Before the results of the HGP were announced, the best guess of human genes was in the range of 80,000-100,000. This estimate was based on the fact that the number of proteins in human cells are 80,000-100,000, and thus so many genes expected. The fact that the number of genes is much lower than the proteins suggests that the RNA editing (RNA processing) is widespread, so that a single mRNA may code for more than one protein.
A diagrammatic representation of a typical structure of an average human gene is given in Fig. 12.3. It has exons and introns.
A broad categorization of human gene catalog in the form of a pie chart is depicted in Fig. 12.4. About 17.5% of the genes participate in the general biochemical functions of the cells, 23% in the maintenance of genome, 21% in signal transduction while the remaining 38% are involved in the production of structural proteins, transport proteins, immunoglobins etc.
Human Genes Encoding Proteins:
It is now clear that only 1.1-1.5% of the human genome codes for proteins. Thus, this figure 1.1-1.5% represents exons of genome.
As already described, a huge portion of the genome is composed of introns, and inter-genic sequences (junk DNA).
The major categories of the proteins encoded by human genes are listed in Table 12.4. The function of at least 40% of these proteins are not known.
Marked Differences in Individual Chromosomes:
The landscape of human chromosomes varies widely. This includes many features such as gene number per mega base, GC content, density of SNPs and number of transposable elements. For instance, chromosome 19 has the richest gene content (23 genes per mega base) while chromosome 13 and Y chromosome have the least gene content (5 genes per mega base).
Other Interesting/Important Features of Human Genome:
For more interesting features of human genome, refer Table 12.3.
i. It is surprising to note that the number of genes found in humans is only twice that present in the roundworm (19,099) and thrice that of fruit fly (13,001).
ii. Around 200 genes appear to have been derived from bacteria by lateral transfer. Surprisingly, none of these genes are present in non-vertebrate eukaryotes.

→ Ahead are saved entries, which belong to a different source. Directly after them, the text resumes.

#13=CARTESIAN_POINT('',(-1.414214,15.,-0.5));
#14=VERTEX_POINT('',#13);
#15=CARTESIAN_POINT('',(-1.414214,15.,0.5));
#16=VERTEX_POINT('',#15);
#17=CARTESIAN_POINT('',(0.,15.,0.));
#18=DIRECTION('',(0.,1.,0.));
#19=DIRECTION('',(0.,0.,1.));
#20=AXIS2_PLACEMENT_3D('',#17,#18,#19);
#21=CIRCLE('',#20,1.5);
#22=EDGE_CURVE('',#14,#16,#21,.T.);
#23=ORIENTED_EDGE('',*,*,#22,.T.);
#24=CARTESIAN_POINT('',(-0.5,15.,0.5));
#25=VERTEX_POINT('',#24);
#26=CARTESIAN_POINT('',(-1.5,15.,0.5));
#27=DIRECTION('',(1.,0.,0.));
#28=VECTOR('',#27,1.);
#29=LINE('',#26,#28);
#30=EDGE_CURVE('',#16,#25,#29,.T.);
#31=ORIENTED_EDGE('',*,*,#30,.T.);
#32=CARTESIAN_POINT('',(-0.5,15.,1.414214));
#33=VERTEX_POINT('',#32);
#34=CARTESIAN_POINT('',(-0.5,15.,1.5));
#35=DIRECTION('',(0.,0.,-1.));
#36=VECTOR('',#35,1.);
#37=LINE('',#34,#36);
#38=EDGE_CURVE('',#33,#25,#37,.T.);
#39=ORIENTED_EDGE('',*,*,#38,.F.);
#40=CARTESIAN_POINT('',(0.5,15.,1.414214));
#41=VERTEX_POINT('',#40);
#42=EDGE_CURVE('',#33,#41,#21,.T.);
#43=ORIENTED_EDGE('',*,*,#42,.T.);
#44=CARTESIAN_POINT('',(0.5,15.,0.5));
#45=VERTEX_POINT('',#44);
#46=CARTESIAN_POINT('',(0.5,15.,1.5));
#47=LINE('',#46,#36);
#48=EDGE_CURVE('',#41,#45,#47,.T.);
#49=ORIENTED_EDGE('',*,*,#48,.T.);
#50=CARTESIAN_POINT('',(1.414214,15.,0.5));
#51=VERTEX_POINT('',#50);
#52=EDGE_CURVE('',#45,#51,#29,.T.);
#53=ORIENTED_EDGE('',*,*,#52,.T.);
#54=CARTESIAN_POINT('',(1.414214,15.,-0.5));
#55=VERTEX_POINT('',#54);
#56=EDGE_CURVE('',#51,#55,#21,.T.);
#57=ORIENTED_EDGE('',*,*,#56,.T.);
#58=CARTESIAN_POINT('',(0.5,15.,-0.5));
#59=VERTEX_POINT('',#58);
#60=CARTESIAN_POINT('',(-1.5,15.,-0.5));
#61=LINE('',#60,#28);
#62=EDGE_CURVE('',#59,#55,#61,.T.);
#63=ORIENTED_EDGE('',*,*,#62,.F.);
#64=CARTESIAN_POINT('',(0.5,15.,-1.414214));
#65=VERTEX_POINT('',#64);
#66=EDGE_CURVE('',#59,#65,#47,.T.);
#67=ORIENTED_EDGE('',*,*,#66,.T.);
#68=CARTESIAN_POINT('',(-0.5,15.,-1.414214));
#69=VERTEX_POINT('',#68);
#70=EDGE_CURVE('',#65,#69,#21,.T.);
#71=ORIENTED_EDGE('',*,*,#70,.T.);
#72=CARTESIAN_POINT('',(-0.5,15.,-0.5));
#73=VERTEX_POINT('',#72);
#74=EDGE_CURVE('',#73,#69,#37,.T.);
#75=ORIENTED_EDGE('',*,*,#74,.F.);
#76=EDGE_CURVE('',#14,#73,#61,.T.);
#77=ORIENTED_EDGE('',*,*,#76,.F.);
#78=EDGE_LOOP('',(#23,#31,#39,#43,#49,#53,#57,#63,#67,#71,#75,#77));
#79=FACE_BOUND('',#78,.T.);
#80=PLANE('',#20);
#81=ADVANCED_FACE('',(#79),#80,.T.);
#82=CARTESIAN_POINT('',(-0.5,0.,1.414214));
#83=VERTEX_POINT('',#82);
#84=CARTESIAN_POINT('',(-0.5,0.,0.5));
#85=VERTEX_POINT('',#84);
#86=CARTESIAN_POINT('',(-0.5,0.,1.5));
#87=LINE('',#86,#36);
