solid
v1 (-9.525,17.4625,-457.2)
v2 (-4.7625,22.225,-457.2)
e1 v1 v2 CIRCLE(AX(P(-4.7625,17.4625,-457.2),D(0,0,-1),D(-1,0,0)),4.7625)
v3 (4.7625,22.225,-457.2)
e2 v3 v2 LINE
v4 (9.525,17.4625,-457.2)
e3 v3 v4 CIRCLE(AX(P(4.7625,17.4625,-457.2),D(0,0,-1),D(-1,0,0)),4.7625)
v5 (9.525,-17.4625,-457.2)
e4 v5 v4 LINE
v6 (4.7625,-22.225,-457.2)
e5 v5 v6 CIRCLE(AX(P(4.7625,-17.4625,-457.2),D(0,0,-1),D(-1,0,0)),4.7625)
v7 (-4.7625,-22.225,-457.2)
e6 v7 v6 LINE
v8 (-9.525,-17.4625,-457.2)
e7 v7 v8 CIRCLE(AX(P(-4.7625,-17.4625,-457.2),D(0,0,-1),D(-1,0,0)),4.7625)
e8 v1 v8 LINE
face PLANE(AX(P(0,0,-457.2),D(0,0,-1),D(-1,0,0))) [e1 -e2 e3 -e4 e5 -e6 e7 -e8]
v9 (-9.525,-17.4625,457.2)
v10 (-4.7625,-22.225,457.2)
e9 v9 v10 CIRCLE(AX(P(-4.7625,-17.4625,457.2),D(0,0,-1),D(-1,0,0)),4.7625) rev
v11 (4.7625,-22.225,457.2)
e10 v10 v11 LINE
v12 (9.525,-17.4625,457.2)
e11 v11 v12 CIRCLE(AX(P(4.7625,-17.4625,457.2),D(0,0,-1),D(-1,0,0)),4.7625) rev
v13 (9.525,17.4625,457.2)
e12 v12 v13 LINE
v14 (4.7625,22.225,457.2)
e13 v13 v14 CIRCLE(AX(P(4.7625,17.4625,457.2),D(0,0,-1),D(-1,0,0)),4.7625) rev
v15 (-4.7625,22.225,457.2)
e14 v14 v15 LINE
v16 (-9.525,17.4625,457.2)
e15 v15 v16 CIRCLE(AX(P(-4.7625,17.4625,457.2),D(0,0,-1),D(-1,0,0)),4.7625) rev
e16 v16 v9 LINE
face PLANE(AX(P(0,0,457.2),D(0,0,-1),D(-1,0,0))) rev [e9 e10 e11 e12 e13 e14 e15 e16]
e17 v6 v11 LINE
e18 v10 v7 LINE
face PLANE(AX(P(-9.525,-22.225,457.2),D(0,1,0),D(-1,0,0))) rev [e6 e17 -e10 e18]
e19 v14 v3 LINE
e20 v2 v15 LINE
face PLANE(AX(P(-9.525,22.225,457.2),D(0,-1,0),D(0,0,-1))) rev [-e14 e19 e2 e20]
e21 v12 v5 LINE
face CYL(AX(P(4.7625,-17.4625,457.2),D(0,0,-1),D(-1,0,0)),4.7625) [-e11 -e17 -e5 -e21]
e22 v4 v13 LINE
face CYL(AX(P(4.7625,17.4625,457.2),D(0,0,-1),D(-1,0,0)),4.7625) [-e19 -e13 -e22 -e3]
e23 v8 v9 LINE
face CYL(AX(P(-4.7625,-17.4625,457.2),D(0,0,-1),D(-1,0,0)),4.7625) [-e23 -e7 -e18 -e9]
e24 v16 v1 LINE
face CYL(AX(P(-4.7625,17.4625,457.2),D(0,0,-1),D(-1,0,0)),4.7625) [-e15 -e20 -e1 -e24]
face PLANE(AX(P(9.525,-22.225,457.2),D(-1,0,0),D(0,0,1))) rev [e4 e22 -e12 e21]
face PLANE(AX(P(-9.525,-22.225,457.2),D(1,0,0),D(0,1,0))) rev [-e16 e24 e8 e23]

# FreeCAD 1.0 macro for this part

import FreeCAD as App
import Part
import Sketcher

V = App.Vector
Q = App.Units.Quantity


def edges_at(feature, points):
    """Names of the edges that pass closest to the given points."""
    edges = feature.Shape.Edges
    near = lambda p: min(range(len(edges)), key=lambda i: edges[i].distToShape(Part.Vertex(*p))[0])
    return sorted({f"Edge{near(p) + 1}" for p in points})


def add_polygon(sketch, points):
    """Adds a closed chain of lines whose ends are joined by coincident constraints."""
    first, n = sketch.GeometryCount, len(points)
    for a, b in zip(points, points[1:] + points[:1]):
        sketch.addGeometry(Part.LineSegment(App.Vector(*a, 0), App.Vector(*b, 0)), False)
    for i in range(n):
        sketch.addConstraint(Sketcher.Constraint("Coincident", first + i, 2, first + (i + 1) % n, 1))

doc = App.newDocument("Part")
body = doc.addObject("PartDesign::Body", "Body")

# Sketch on XY plane
sketch1 = body.newObject("Sketcher::SketchObject", "Sketch")
sketch1.AttachmentSupport = (doc.getObject("XY_Plane"), [""])
sketch1.MapMode = "FlatFace"
add_polygon(sketch1, [(-10, 22), (-10, -22), (10, -22), (10, 22)])  # lines 0-3
sketch1.addConstraint(Sketcher.Constraint("Vertical", 0))
sketch1.addConstraint(Sketcher.Constraint("Horizontal", 1))
sketch1.addConstraint(Sketcher.Constraint("Vertical", 2))
sketch1.addConstraint(Sketcher.Constraint("Horizontal", 3))
sketch1.addConstraint(Sketcher.Constraint("Symmetric", 0, 2, 2, 2, -1, 1))
sketch1.addConstraint(Sketcher.Constraint("DistanceX", 1, 1, 1, 2, Q("0.75 in")))
sketch1.addConstraint(Sketcher.Constraint("DistanceY", 0, 2, 0, 1, Q("1.75 in")))
pad1 = body.newObject("PartDesign::Pad", "Pad")
pad1.Profile = sketch1
pad1.Type = "TwoLengths"
pad1.Length = Q("18 in")
pad1.Length2 = Q("18 in")
doc.recompute()

fillet = body.newObject("PartDesign::Fillet", "Fillet")
fillet.Base = (pad1, edges_at(pad1, [
    (9.525, -22.225, 0),
    (-9.525, -22.225, 0),
    (-9.525, 22.225, 0),
    (9.525, 22.225, 0),
]))
fillet.Radius = Q("0.1875 in")

doc.recompute()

iii. The proteins encoded by human genes are more complex than that of invertebrates.
iv. The flood of the data of human genome projects will be highly useful for bioinformatics and biotechnology.
Genomes of Some Other Organisms Sequenced:
Sequencing of genomes is not confined to humans. For obvious reasons and significance, human genome sequencing attracted worldwide attention. In fact, the first genome sequence of the bacteriophage QX174 was determined in 1977. Yeast was the first eukaryotic organism to be sequenced (1986). Recently, the mouse, an animal model closest to human has been sequenced. A selected list of genomes that have been sequenced is given in Table 12.5.
Ethics and Human Genome:
The research on human genomes will make very sensitive data available that will affect the personal and private lives of individuals. For instance, once it is known that a person carries genes for an incurable disease, what would be the strategy of an insurance company? How will the society treat him/her?
There is a possibility that individuals with substandard genome sequences may be discriminated. Human genome results may also promote racial discrimination categorizing the people with good and bad genome sequences. Considering the gravity of ethics related to a human genome, about 3% of the HGP budget was earmarked for ethical research.
In the 1990s, there was a move by some scientists to patent the genes they discovered. This created an uproar in the public and scientific community. Fortunately, the idea of patenting genes (of human genome sequencing) was dropped. The fear still exists that genetic information will be used for commercial purposes.